Activity:
Show, from the records below, all lines that contain the word "ThreePointArc".

Data to process:
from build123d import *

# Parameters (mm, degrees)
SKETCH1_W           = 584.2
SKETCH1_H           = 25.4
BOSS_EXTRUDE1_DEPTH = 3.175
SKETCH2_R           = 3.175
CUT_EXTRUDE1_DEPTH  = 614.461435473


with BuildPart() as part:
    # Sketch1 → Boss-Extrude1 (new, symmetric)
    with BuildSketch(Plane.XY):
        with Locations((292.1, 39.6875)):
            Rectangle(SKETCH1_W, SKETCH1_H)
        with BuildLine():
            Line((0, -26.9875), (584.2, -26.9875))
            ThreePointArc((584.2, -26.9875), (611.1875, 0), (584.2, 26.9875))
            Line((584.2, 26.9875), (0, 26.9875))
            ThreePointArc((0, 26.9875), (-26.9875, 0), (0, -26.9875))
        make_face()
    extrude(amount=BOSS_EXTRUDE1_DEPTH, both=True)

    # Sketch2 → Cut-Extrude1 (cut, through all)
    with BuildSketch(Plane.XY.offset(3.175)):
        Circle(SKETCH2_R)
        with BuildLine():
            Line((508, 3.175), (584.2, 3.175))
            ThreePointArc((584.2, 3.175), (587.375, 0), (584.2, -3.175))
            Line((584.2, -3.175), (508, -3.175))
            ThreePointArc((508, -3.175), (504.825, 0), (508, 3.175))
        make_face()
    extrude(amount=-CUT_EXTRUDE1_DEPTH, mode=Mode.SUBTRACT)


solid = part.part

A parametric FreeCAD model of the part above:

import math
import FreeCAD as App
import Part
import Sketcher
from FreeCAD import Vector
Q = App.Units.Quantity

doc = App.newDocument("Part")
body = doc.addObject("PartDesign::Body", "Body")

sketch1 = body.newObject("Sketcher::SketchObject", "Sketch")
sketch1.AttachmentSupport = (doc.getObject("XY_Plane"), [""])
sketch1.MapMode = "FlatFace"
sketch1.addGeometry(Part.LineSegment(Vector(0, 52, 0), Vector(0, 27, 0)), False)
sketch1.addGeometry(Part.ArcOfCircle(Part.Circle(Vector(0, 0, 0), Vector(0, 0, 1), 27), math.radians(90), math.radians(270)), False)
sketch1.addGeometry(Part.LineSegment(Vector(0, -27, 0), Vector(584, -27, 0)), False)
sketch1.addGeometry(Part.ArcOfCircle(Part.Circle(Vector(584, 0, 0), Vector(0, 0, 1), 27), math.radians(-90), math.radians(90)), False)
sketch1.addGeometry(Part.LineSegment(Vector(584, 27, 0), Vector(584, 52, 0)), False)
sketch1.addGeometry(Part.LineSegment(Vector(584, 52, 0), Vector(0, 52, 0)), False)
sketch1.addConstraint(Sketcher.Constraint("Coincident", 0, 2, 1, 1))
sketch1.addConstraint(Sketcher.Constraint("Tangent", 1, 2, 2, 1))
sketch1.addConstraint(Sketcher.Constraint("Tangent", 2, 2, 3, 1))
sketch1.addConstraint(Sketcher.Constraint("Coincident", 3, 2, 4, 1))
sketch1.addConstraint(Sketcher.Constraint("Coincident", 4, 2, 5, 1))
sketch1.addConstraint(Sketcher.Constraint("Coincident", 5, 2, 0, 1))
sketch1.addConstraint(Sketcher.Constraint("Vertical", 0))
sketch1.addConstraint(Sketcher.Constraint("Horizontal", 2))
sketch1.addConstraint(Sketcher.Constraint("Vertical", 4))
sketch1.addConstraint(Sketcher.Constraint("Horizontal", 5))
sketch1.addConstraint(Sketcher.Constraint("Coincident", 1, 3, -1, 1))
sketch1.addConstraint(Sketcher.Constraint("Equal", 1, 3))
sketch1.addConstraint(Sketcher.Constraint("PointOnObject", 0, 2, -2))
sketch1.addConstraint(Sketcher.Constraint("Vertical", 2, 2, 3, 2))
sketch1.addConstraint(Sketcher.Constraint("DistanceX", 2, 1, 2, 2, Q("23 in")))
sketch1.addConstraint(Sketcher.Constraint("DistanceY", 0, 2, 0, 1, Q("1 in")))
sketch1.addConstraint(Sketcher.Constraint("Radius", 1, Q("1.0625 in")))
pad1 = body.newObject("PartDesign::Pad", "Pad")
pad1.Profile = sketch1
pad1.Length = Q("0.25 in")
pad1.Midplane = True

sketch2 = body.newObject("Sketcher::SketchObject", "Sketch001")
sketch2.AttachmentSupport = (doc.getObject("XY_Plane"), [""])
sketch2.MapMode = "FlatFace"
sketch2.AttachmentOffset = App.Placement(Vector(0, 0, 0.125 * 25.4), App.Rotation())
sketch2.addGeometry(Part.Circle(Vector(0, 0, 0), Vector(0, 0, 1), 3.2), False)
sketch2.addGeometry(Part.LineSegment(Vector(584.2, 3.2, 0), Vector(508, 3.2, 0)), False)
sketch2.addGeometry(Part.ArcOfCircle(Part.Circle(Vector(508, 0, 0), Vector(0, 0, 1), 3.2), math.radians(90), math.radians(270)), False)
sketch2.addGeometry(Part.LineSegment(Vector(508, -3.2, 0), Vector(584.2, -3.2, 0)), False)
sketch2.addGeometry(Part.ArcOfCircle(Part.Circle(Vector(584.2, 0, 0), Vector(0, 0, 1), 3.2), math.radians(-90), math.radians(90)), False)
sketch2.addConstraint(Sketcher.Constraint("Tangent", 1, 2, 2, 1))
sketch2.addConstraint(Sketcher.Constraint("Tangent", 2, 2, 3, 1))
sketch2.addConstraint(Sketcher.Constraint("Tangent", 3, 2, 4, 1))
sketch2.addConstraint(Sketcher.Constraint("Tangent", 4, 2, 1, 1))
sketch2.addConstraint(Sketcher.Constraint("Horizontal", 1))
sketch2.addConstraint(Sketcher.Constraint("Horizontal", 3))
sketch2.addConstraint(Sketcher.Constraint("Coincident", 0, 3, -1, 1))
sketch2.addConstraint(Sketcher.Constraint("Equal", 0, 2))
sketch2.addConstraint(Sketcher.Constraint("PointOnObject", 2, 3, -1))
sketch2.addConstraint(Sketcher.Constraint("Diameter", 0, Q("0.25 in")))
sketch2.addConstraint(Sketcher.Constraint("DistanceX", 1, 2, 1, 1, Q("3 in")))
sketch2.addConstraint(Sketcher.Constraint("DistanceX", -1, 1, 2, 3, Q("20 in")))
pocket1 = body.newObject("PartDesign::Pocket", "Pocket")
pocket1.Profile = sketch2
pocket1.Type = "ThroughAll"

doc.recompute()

Task answer:
            ThreePointArc((584.2, -26.9875), (611.1875, 0), (584.2, 26.9875))
            ThreePointArc((0, 26.9875), (-26.9875, 0), (0, -26.9875))
            ThreePointArc((584.2, 3.175), (587.375, 0), (584.2, -3.175))
            ThreePointArc((508, -3.175), (504.825, 0), (508, 3.175))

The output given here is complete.